## WHAT THE TASK REQUIRES
After reading the entries below, copy word for word the lines from the first through the line containing "# F0 (on Top) → F1 (new body)", and stop there.

## ENTRIES PROVIDED
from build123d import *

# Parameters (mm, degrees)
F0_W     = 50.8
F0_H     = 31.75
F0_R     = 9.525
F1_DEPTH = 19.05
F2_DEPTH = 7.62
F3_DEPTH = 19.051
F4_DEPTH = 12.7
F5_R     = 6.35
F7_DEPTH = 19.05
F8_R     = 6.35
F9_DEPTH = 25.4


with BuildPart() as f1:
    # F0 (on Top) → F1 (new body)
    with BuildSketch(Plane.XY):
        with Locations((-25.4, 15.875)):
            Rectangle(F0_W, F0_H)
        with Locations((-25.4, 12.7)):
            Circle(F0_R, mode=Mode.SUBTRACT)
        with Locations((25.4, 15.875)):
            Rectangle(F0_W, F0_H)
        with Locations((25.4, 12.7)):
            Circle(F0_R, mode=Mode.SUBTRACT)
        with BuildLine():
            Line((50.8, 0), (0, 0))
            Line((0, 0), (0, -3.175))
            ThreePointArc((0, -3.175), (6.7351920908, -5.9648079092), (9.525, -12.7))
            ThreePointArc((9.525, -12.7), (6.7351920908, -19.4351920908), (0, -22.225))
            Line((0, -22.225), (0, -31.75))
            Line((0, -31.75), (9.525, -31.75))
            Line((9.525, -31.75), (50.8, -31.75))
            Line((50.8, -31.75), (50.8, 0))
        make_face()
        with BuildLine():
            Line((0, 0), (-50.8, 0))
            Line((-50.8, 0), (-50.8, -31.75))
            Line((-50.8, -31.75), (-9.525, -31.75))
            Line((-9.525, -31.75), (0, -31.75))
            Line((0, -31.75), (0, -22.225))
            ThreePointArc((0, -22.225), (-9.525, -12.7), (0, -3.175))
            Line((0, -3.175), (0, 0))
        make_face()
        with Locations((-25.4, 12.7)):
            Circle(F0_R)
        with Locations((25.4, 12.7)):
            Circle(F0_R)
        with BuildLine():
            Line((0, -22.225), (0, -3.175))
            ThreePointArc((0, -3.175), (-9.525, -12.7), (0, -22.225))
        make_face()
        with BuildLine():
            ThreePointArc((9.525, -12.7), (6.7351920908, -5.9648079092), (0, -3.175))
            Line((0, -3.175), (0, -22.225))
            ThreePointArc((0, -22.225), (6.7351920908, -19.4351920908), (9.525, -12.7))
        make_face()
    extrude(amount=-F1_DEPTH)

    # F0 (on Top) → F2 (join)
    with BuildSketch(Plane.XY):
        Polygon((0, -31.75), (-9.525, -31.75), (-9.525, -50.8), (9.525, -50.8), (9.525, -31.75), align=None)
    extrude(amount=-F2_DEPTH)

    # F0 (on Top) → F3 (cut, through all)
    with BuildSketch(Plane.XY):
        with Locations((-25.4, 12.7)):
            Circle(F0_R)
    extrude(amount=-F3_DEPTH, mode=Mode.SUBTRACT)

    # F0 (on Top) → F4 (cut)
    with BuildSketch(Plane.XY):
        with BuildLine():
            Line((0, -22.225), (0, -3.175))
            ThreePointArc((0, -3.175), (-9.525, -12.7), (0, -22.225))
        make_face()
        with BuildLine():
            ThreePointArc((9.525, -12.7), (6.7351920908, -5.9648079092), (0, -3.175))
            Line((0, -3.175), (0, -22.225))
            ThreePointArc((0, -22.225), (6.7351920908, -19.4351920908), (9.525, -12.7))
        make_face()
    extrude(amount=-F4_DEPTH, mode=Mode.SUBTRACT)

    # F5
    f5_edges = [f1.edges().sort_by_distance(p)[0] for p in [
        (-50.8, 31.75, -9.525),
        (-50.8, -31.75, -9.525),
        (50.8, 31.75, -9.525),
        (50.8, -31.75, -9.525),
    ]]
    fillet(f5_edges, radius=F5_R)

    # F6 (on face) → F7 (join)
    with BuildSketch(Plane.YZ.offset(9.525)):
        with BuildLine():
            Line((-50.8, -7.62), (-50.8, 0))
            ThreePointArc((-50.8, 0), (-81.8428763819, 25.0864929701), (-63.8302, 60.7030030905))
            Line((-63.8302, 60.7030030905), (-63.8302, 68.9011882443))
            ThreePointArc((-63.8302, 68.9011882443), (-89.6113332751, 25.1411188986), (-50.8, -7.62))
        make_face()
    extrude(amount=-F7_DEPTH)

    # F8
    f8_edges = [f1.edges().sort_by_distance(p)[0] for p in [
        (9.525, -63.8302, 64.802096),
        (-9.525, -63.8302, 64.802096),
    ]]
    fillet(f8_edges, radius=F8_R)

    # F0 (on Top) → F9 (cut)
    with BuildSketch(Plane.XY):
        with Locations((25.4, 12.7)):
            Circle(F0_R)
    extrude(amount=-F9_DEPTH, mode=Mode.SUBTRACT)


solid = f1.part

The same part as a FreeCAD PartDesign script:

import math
import FreeCAD as App
import Part
import Sketcher

V = App.Vector
Q = App.Units.Quantity


def edges_at(feature, points):
    """Names of the edges that pass closest to the given points."""
    edges = feature.Shape.Edges
    near = lambda p: min(range(len(edges)), key=lambda i: edges[i].distToShape(Part.Vertex(*p))[0])
    return sorted({f"Edge{near(p) + 1}" for p in points})

doc = App.newDocument("Part")
body = doc.addObject("PartDesign::Body", "Body")

# Sketch on XY plane
sketch1 = body.newObject("Sketcher::SketchObject", "Sketch")
sketch1.AttachmentSupport = (doc.getObject("XY_Plane"), [""])
sketch1.MapMode = "FlatFace"
sketch1.addGeometry([
    Part.LineSegment(V(-50.8, 31.75, 0), V(-50.8, -31.75, 0)),
    Part.LineSegment(V(-50.8, -31.75, 0), V(50.8, -31.75, 0)),
    Part.LineSegment(V(50.8, -31.75, 0), V(50.8, 31.75, 0)),
    Part.LineSegment(V(50.8, 31.75, 0), V(-50.8, 31.75, 0)),
], False)
sketch1.addConstraint([
    Sketcher.Constraint("Coincident", 0, 2, 1, 1),
    Sketcher.Constraint("Coincident", 1, 2, 2, 1),
    Sketcher.Constraint("Coincident", 2, 2, 3, 1),
    Sketcher.Constraint("Coincident", 3, 2, 0, 1),
    Sketcher.Constraint("Vertical", 0),
    Sketcher.Constraint("Horizontal", 1),
    Sketcher.Constraint("Vertical", 2),
    Sketcher.Constraint("Horizontal", 3),
    Sketcher.Constraint("Symmetric", 0, 2, 2, 2, -1, 1),
    Sketcher.Constraint("DistanceX", 1, 1, 1, 2, Q("4 in")),
    Sketcher.Constraint("DistanceY", 0, 2, 0, 1, Q("2.5 in")),
])
pad1 = body.newObject("PartDesign::Pad", "Pad")
pad1.Profile = sketch1
pad1.Length = Q("0.75 in")
pad1.Reversed = True

# Sketch on XY plane
sketch2 = body.newObject("Sketcher::SketchObject", "Sketch001")
sketch2.AttachmentSupport = (doc.getObject("XY_Plane"), [""])
sketch2.MapMode = "FlatFace"
sketch2.addGeometry([
    Part.LineSegment(V(-9.525, -31.75, 0), V(-9.525, -50.8, 0)),
    Part.LineSegment(V(-9.525, -50.8, 0), V(9.525, -50.8, 0)),
    Part.LineSegment(V(9.525, -50.8, 0), V(9.525, -31.75, 0)),
    Part.LineSegment(V(9.525, -31.75, 0), V(-9.525, -31.75, 0)),
], False)
sketch2.addConstraint([
    Sketcher.Constraint("Coincident", 0, 2, 1, 1),
    Sketcher.Constraint("Coincident", 1, 2, 2, 1),
    Sketcher.Constraint("Coincident", 2, 2, 3, 1),
    Sketcher.Constraint("Coincident", 3, 2, 0, 1),
    Sketcher.Constraint("Vertical", 0),
    Sketcher.Constraint("Horizontal", 1),
    Sketcher.Constraint("Vertical", 2),
    Sketcher.Constraint("Horizontal", 3),
    Sketcher.Constraint("Equal", 3, 0),
    Sketcher.Constraint("DistanceY", 0, 2, -1, 1, Q("2 in")),
    Sketcher.Constraint("DistanceX", 1, 1, 1, 2, Q("0.75 in")),
    Sketcher.Constraint("DistanceX", 0, 2, -1, 1, Q("0.375 in")),
])
pad2 = body.newObject("PartDesign::Pad", "Pad001")
pad2.Profile = sketch2
pad2.Length = Q("0.3 in")
pad2.Reversed = True

# Sketch on XY plane
sketch3 = body.newObject("Sketcher::SketchObject", "Sketch002")
sketch3.AttachmentSupport = (doc.getObject("XY_Plane"), [""])
sketch3.MapMode = "FlatFace"
sketch3.addGeometry(Part.Circle(V(-25.4, 12.7, 0), V(0, 0, 1), 9.525), False)
sketch3.addConstraint([
    Sketcher.Constraint("Diameter", 0, Q("0.75 in")),
    Sketcher.Constraint("DistanceX", 0, 3, -1, 1, Q("1 in")),
    Sketcher.Constraint("DistanceY", -1, 1, 0, 3, Q("0.5 in")),
])
pocket1 = body.newObject("PartDesign::Pocket", "Pocket")
pocket1.Profile = sketch3
pocket1.Type = "ThroughAll"

# Sketch on XY plane
sketch4 = body.newObject("Sketcher::SketchObject", "Sketch003")
sketch4.AttachmentSupport = (doc.getObject("XY_Plane"), [""])
sketch4.MapMode = "FlatFace"
sketch4.addGeometry(Part.Circle(V(0, -12.7, 0), V(0, 0, 1), 9.525), False)
sketch4.addConstraint([
    Sketcher.Constraint("PointOnObject", 0, 3, -2),
    Sketcher.Constraint("Diameter", 0, Q("0.75 in")),
    Sketcher.Constraint("DistanceY", 0, 3, -1, 1, Q("0.5 in")),
])
pocket2 = body.newObject("PartDesign::Pocket", "Pocket001")
pocket2.Profile = sketch4
pocket2.Length = Q("0.5 in")
doc.recompute()

fillet = body.newObject("PartDesign::Fillet", "Fillet")
fillet.Base = (pocket2, edges_at(pocket2, [
    (-50.8, 31.75, -9.525),
    (-50.8, -31.75, -9.525),
    (50.8, 31.75, -9.525),
    (50.8, -31.75, -9.525),
]))
fillet.Radius = Q("0.25 in")

# Sketch on YZ plane
sketch5 = body.newObject("Sketcher::SketchObject", "Sketch004")
sketch5.AttachmentSupport = (doc.getObject("YZ_Plane"), [""])
sketch5.MapMode = "FlatFace"
sketch5.AttachmentOffset = App.Placement(V(0, 0, 0.375 * 25.4), App.Rotation())
sketch5.addGeometry([
    Part.LineSegment(V(-50.8, -7.62, 0), V(-50.8, 0, 0)),
    Part.ArcOfCircle(Part.Circle(V(-50.8, 31.75, 0), V(0, 0, 1), 31.75), math.radians(114.229965), math.radians(270)),
    Part.LineSegment(V(-63.8302, 60.703003, 0), V(-63.8302, 68.901188, 0)),
    Part.ArcOfCircle(Part.Circle(V(-50.8, 31.75, 0), V(0, 0, 1), 39.37), math.radians(109.327524), math.radians(270)),
], False)
sketch5.addConstraint([
    Sketcher.Constraint("Coincident", 0, 2, 1, 2),
    Sketcher.Constraint("Coincident", 1, 1, 2, 1),
    Sketcher.Constraint("Coincident", 2, 2, 3, 1),
    Sketcher.Constraint("Coincident", 3, 2, 0, 1),
    Sketcher.Constraint("Vertical", 0),
    Sketcher.Constraint("Vertical", 2),
    Sketcher.Constraint("Coincident", 3, 3, 1, 3),
    Sketcher.Constraint("PointOnObject", 0, 2, -1),
    Sketcher.Constraint("Vertical", 3, 3, 0, 2),
    Sketcher.Constraint("Radius", 1, Q("1.25 in")),
    Sketcher.Constraint("Radius", 3, Q("1.55 in")),
    Sketcher.Constraint("DistanceX", 1, 3, -1, 1, Q("2 in")),
    Sketcher.Constraint("DistanceX", 1, 1, -1, 1, Q("2.513 in")),
])
pad3 = body.newObject("PartDesign::Pad", "Pad002")
pad3.Profile = sketch5
pad3.Length = Q("0.75 in")
pad3.Reversed = True
doc.recompute()

fillet2 = body.newObject("PartDesign::Fillet", "Fillet001")
fillet2.Base = (pad3, edges_at(pad3, [(9.525, -63.83, 64.802), (-9.525, -63.83, 64.802)]))
fillet2.Radius = Q("0.25 in")

# Sketch on XY plane
sketch6 = body.newObject("Sketcher::SketchObject", "Sketch005")
sketch6.AttachmentSupport = (doc.getObject("XY_Plane"), [""])
sketch6.MapMode = "FlatFace"
sketch6.addGeometry(Part.Circle(V(25.4, 12.7, 0), V(0, 0, 1), 9.525), False)
sketch6.addConstraint([
    Sketcher.Constraint("Diameter", 0, Q("0.75 in")),
    Sketcher.Constraint("DistanceX", -1, 1, 0, 3, Q("1 in")),
    Sketcher.Constraint("DistanceY", -1, 1, 0, 3, Q("0.5 in")),
])
pocket3 = body.newObject("PartDesign::Pocket", "Pocket002")
pocket3.Profile = sketch6
pocket3.Length = Q("1 in")

doc.recompute()
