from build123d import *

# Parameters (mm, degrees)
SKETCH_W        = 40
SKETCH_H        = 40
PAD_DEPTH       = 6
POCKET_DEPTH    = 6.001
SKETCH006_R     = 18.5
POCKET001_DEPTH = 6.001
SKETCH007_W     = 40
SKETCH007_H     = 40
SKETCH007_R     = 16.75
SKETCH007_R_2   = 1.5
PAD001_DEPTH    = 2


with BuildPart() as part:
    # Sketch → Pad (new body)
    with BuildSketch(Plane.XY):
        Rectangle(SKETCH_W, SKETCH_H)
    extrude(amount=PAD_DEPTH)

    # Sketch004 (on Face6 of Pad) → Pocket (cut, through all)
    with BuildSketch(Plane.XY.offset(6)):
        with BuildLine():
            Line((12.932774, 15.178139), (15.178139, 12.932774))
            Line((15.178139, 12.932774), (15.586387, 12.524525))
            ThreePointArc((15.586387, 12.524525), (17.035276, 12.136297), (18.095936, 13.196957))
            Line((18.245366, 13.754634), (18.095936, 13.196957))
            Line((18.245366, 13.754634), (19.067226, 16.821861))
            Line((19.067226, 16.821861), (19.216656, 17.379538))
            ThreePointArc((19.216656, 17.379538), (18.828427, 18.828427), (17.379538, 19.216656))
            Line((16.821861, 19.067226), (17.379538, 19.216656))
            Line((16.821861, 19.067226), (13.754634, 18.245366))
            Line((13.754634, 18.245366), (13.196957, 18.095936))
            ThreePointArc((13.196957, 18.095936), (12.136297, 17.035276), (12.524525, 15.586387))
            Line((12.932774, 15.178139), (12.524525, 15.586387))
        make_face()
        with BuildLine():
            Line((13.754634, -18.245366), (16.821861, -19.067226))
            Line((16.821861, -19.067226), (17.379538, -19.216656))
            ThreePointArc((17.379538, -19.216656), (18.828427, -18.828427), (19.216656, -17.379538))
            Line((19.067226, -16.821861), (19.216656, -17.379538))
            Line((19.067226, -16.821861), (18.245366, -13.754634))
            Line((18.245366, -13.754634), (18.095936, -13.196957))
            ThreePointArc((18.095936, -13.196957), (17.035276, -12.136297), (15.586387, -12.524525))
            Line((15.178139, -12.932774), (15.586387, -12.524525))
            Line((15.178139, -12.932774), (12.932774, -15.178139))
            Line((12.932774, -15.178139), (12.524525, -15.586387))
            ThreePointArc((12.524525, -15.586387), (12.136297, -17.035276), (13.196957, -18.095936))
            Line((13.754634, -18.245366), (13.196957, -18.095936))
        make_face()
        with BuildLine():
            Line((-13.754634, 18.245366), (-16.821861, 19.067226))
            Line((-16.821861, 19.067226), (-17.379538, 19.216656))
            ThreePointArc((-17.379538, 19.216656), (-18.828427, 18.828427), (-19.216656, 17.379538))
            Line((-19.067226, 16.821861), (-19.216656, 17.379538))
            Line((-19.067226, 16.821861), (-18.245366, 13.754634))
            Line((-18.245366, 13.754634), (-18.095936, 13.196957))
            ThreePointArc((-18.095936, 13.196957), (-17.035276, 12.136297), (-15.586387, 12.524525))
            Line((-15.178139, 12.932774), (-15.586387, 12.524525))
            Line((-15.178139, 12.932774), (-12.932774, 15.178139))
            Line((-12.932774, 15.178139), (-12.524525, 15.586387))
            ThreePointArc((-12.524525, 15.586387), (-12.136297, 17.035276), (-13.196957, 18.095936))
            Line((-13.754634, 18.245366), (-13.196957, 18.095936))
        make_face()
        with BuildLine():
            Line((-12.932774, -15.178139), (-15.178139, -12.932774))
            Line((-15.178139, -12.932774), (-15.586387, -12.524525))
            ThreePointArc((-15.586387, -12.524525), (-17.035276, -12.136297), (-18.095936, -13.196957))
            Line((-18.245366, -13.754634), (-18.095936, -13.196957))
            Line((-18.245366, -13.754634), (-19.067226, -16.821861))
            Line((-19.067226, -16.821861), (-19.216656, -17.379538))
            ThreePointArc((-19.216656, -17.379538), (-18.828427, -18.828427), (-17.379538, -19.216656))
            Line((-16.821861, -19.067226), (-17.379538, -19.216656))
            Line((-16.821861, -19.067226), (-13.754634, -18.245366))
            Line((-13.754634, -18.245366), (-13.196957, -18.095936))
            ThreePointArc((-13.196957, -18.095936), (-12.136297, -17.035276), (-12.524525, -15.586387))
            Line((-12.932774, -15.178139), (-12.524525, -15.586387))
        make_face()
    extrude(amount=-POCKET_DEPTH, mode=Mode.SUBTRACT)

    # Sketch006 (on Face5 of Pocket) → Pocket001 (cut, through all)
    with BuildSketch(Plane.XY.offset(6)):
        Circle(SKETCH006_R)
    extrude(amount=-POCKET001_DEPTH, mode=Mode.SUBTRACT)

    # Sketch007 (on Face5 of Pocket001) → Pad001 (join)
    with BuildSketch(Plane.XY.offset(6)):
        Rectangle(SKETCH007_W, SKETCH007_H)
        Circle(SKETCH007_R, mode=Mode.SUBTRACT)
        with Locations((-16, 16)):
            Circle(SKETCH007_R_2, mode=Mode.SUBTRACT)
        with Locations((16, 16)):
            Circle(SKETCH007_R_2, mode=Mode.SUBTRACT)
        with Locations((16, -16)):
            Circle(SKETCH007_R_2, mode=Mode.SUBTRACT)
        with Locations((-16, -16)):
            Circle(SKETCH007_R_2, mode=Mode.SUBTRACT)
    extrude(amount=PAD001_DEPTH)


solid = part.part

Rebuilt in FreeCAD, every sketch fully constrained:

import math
import FreeCAD as App
import Part
import Sketcher
Q = App.Units.Quantity

doc = App.newDocument("Part")
body = doc.addObject("PartDesign::Body", "Body")

# Sketch on XY plane
sketch1 = body.newObject("Sketcher::SketchObject", "Sketch")
sketch1.AttachmentSupport = (doc.getObject("XY_Plane"), [""])
sketch1.MapMode = "FlatFace"
sketch1.addGeometry([
    Part.LineSegment(App.Vector(-20, 20, 0), App.Vector(-20, -20, 0)),
    Part.LineSegment(App.Vector(-20, -20, 0), App.Vector(20, -20, 0)),
    Part.LineSegment(App.Vector(20, -20, 0), App.Vector(20, 20, 0)),
    Part.LineSegment(App.Vector(20, 20, 0), App.Vector(-20, 20, 0)),
], False)
sketch1.addConstraint([
    Sketcher.Constraint("Coincident", 0, 2, 1, 1),
    Sketcher.Constraint("Coincident", 1, 2, 2, 1),
    Sketcher.Constraint("Coincident", 2, 2, 3, 1),
    Sketcher.Constraint("Coincident", 3, 2, 0, 1),
    Sketcher.Constraint("Vertical", 0),
    Sketcher.Constraint("Horizontal", 1),
    Sketcher.Constraint("Vertical", 2),
    Sketcher.Constraint("Horizontal", 3),
    Sketcher.Constraint("Symmetric", 0, 2, 2, 2, -1, 1),
    Sketcher.Constraint("Equal", 3, 0),
    Sketcher.Constraint("DistanceX", 1, 1, 1, 2, Q("40 mm")),
])
pad1 = body.newObject("PartDesign::Pad", "Pad")
pad1.Profile = sketch1
pad1.Length = 6

# Sketch on XY plane
sketch2 = body.newObject("Sketcher::SketchObject", "Sketch001")
sketch2.AttachmentSupport = (doc.getObject("XY_Plane"), [""])
sketch2.MapMode = "FlatFace"
sketch2.AttachmentOffset = App.Placement(App.Vector(0, 0, 6), App.Rotation())
sketch2.addGeometry([
    Part.LineSegment(App.Vector(12.932774, 15.178139, 0), App.Vector(15.178139, 12.932774, 0)),  # 0
    Part.LineSegment(App.Vector(15.178139, 12.932774, 0), App.Vector(15.586387, 12.524525, 0)),  # 1
    Part.ArcOfCircle(Part.Circle(App.Vector(16.647047, 13.585186, 0), App.Vector(0, 0, 1), 1.5), math.radians(-134.999969), math.radians(-15.000016)),  # 2
    Part.LineSegment(App.Vector(18.095936, 13.196957, 0), App.Vector(18.245366, 13.754634, 0)),  # 3
    Part.LineSegment(App.Vector(18.245366, 13.754634, 0), App.Vector(19.067226, 16.821861, 0)),  # 4
    Part.LineSegment(App.Vector(19.067226, 16.821861, 0), App.Vector(19.216656, 17.379538, 0)),  # 5
    Part.ArcOfCircle(Part.Circle(App.Vector(17.767766, 17.767766, 0), App.Vector(0, 0, 1), 1.500001), math.radians(-14.999973), math.radians(104.999973)),  # 6
    Part.LineSegment(App.Vector(17.379538, 19.216656, 0), App.Vector(16.821861, 19.067226, 0)),  # 7
    Part.LineSegment(App.Vector(16.821861, 19.067226, 0), App.Vector(13.754634, 18.245366, 0)),  # 8
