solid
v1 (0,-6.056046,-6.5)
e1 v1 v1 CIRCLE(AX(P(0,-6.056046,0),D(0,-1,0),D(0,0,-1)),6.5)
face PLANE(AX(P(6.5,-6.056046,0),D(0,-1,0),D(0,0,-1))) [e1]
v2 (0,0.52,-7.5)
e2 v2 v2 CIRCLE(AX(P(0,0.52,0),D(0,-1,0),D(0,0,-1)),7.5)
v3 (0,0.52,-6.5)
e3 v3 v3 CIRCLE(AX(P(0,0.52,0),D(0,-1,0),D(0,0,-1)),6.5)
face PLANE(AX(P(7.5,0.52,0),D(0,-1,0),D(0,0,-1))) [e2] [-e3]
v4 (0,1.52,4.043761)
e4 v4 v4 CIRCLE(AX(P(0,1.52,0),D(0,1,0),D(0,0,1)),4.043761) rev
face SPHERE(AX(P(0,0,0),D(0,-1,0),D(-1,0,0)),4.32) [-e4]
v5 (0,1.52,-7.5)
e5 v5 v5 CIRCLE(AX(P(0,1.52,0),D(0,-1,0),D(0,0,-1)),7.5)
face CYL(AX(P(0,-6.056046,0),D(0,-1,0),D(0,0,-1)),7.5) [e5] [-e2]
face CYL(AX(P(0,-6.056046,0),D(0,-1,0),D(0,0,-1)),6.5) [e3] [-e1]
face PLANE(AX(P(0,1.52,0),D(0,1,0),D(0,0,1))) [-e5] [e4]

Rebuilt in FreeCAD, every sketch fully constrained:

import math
import FreeCAD as App
import Part
import Sketcher

V = App.Vector


def add_polygon(sketch, points):
    """Adds a closed chain of lines whose ends are joined by coincident constraints."""
    first, n = sketch.GeometryCount, len(points)
    for a, b in zip(points, points[1:] + points[:1]):
        sketch.addGeometry(Part.LineSegment(App.Vector(*a, 0), App.Vector(*b, 0)), False)
    for i in range(n):
        sketch.addConstraint(Sketcher.Constraint("Coincident", first + i, 2, first + (i + 1) % n, 1))

doc = App.newDocument("Part")
body = doc.addObject("PartDesign::Body", "Body")

sketch1 = doc.addObject("Sketcher::SketchObject", "Sketch")
body.addObject(sketch1)
sketch1.AttachmentSupport = (doc.XY_Plane, [""])
sketch1.MapMode = "FlatFace"
sketch1.addGeometry([
    Part.LineSegment(V(0, 4.3, 0), V(0, -4.3, 0)),
    Part.ArcOfCircle(Part.Circle(V(0, 0, 0), V(0, 0, 1), 4.3), math.radians(-90), math.radians(90)),
], False)
sketch1.addConstraint([
    Sketcher.Constraint("Coincident", 0, 1, 1, 2),
    Sketcher.Constraint("Coincident", 1, 1, 0, 2),
    Sketcher.Constraint("Vertical", 0),
    Sketcher.Constraint("Coincident", 1, 3, -1, 1),
    Sketcher.Constraint("PointOnObject", 0, 1, -2),
    Sketcher.Constraint("Radius", 1, 4.32),
])
revolution = doc.addObject("PartDesign::Revolution", "Revolution")
body.addObject(revolution)
revolution.Profile = sketch1
revolution.ReferenceAxis = (sketch1, ["V_Axis"])
revolution.Angle = 360

sketch2 = doc.addObject("Sketcher::SketchObject", "Sketch001")
body.addObject(sketch2)
sketch2.AttachmentSupport = (doc.XY_Plane, [""])
sketch2.MapMode = "FlatFace"
add_polygon(sketch2, [(7.5, 1.5), (0, 1.5), (0, -6.1), (6.5, -6.1), (6.5, 0.5), (7.5, 0.5)])
sketch2.addConstraint([
    Sketcher.Constraint("Horizontal", 0),
    Sketcher.Constraint("Vertical", 1),
    Sketcher.Constraint("Horizontal", 2),
    Sketcher.Constraint("Vertical", 3),
    Sketcher.Constraint("Horizontal", 4),
    Sketcher.Constraint("Vertical", 5),
    Sketcher.Constraint("PointOnObject", 0, 2, -2),
    Sketcher.Constraint("Equal", 4, 5),
    Sketcher.Constraint("DistanceX", 4, 1, 4, 2, 1.0),
    Sketcher.Constraint("DistanceX", 0, 2, 0, 1, 7.5),
    Sketcher.Constraint("DistanceY", -1, 1, 0, 2, 1.52),
    Sketcher.Constraint("DistanceY", 1, 2, 1, 1, 7.576046),
])
revolution2 = doc.addObject("PartDesign::Revolution", "Revolution001")
body.addObject(revolution2)
revolution2.Profile = sketch2
revolution2.ReferenceAxis = (sketch2, ["V_Axis"])
revolution2.Angle = 360

doc.recompute()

## OUTPUT BELOW
from build123d import *

# Parameters (mm, degrees)
F0_W     = 50.8
F0_H     = 31.75
F0_R     = 9.525
F1_DEPTH = 19.05
F2_DEPTH = 7.62
F3_DEPTH = 19.051
F4_DEPTH = 12.7
F5_R     = 6.35
F7_DEPTH = 19.05
F8_R     = 6.35
F9_DEPTH = 25.4


with BuildPart() as f1:
    # F0 (on Top) → F1 (new body)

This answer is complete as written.